# Bilder öffnen



## Rena100 (14. November 2004)

Hallo liebe User, 

und noch einen wunderschönen Abend wünsche ich allen. 
Ich bin neu hier und habe Fragen zum "Bilder-öffnen". 
Würde mir bitte jemand helfen?

Ich möchte ein Bild bei eBay einstellen.
Einen Scanner Mustek 1200 CU habe ich.
Ullead Photo Express 2.0 SE und ABBY FineReader 5.0 Pro sind auch da.
IrfanView 3.95 habe ich heruntergeladen. 
Und nun weiß ich nicht weiter. Bitte, wie geht man da vor?
Da müßte doch was zu machen sein?

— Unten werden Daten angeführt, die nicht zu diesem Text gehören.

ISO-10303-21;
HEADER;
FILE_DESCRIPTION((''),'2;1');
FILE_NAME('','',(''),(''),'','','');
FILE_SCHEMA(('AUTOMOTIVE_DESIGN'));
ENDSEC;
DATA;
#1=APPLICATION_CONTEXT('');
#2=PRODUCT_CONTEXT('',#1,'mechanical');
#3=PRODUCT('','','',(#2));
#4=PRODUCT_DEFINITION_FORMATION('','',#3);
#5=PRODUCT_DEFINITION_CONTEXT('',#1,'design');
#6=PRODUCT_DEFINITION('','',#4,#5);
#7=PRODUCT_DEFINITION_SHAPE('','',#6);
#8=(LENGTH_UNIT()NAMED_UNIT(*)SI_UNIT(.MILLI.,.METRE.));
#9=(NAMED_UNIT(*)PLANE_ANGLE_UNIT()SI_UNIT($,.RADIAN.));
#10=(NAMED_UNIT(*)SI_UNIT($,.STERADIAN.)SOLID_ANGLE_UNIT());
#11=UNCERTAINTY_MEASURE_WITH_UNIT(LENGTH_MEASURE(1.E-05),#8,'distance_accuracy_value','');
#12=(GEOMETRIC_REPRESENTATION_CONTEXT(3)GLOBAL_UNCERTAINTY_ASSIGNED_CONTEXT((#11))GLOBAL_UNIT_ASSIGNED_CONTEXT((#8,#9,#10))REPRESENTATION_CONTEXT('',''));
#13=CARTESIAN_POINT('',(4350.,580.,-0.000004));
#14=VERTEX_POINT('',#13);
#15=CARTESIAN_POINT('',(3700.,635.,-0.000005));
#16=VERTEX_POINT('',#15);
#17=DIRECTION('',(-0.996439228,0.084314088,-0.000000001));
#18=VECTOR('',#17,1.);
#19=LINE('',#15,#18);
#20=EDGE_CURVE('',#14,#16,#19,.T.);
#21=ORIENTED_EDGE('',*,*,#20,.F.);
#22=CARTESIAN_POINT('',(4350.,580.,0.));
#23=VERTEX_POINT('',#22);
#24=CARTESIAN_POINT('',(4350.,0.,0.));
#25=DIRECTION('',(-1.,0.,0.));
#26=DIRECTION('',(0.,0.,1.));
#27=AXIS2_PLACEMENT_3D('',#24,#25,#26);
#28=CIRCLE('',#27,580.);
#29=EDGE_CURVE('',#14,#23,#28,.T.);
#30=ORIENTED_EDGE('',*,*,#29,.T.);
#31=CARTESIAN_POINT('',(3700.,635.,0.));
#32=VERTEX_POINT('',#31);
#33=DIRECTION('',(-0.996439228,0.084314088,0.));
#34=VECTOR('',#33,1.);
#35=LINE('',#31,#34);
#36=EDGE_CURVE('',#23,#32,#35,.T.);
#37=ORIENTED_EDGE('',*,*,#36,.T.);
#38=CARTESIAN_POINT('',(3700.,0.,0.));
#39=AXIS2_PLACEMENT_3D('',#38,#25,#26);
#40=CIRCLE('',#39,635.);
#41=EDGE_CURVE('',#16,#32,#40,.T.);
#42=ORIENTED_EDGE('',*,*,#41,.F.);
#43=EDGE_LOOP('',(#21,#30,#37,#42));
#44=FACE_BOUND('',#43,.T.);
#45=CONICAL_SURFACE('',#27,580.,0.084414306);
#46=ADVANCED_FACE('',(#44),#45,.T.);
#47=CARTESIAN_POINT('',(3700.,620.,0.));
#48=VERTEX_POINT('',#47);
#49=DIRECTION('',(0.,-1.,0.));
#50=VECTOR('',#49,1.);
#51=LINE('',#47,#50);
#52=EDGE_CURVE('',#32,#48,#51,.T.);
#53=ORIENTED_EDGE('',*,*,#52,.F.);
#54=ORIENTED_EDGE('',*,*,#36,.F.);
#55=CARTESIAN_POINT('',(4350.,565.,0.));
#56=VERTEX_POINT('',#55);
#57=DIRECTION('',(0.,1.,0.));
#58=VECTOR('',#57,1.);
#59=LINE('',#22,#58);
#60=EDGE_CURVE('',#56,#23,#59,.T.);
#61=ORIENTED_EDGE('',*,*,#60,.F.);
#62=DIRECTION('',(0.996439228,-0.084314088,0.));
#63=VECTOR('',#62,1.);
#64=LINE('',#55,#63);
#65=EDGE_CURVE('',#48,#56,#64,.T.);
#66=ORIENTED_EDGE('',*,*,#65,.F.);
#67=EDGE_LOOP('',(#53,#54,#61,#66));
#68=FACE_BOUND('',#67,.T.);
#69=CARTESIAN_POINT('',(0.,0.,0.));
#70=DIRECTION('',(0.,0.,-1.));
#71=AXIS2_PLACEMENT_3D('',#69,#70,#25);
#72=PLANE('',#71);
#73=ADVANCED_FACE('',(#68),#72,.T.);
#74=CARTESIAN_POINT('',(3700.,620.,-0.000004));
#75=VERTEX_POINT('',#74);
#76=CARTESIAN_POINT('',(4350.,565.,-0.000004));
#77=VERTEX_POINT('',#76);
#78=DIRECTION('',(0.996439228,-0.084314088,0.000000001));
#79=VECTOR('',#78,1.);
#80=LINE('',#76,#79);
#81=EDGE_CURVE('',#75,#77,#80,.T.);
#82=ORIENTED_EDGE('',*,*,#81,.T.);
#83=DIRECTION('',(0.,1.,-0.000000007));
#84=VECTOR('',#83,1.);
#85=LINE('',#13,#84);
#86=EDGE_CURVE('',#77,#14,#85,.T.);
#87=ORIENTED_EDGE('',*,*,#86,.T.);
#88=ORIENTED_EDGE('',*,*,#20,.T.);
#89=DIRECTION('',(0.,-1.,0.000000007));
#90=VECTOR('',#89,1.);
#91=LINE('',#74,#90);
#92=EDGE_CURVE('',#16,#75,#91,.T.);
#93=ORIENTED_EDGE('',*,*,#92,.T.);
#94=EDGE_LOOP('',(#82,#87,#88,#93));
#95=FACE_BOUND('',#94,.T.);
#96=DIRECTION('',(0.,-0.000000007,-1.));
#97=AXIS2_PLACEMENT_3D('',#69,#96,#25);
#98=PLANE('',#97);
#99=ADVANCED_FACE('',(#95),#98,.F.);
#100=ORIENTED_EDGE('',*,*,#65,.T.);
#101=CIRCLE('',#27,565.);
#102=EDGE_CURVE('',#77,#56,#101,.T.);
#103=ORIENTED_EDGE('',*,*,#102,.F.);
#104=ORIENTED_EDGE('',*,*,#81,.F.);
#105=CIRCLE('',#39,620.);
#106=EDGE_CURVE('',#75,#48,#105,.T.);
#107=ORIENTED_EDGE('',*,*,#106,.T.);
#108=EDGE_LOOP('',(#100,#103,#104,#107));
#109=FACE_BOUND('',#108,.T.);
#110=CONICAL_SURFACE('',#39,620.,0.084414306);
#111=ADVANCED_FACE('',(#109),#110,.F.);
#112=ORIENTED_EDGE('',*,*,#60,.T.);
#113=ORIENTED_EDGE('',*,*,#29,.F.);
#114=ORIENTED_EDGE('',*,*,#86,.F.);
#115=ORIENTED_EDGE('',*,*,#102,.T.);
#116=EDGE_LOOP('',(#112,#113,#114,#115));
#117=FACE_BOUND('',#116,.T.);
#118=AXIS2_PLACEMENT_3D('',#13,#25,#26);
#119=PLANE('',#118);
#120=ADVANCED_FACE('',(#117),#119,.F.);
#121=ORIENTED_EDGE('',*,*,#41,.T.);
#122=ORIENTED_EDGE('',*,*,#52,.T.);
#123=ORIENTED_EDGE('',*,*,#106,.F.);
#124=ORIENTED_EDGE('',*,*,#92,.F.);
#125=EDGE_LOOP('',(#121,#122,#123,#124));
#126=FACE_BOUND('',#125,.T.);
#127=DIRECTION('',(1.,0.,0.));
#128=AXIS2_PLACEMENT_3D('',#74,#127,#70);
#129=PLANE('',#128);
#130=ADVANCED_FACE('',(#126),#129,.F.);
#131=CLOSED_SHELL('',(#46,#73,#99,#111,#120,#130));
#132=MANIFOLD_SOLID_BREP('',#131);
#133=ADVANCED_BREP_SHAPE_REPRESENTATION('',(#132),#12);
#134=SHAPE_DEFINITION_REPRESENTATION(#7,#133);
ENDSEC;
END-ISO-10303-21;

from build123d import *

# Parameters (mm, degrees)
REVOLVE1_ANGLE = 359.999999589


with BuildPart() as part:
    # Sketch1 → Revolve1 (revolve)
    with BuildSketch(Plane.XY):
        Polygon((3700, 620), (3700, 635), (4350, 580), (4350, 565), align=None)
    revolve(axis=Axis((0, 0, 0), (1, 0, 0)), revolution_arc=REVOLVE1_ANGLE)


solid = part.part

Nur - gewußt wie. 

Ich bedanke mich schon mal ganz herzlich mit freundlichen Grüßen ...


----------



## fluessig (9. Januar 2005)

Also zB. in Irfan View gehst du in den Menüpunkt File und wählst "Select TWAIN Source..." . Dann musst du deinen Scanner auswählen (den Treiber solltest du natürlich schon installiert haben). Jetzt kommt ein Menü, das vom Treiber deines Scanners abhängt. Es handelt sich um Einstellungen für den Scannvorgang (Auflösung, Farbetiefe, usw).

Photo Express sollte dir auch eine Option zum Scannen anbieten (Wahrscheinlich unter Datei -> Importieren). Dort kannst du das Bild auch gleich besser bearbeiten.

Fine Reader bringt dir da nichts. Das ist nur zum scannen von Texten gedacht.


----------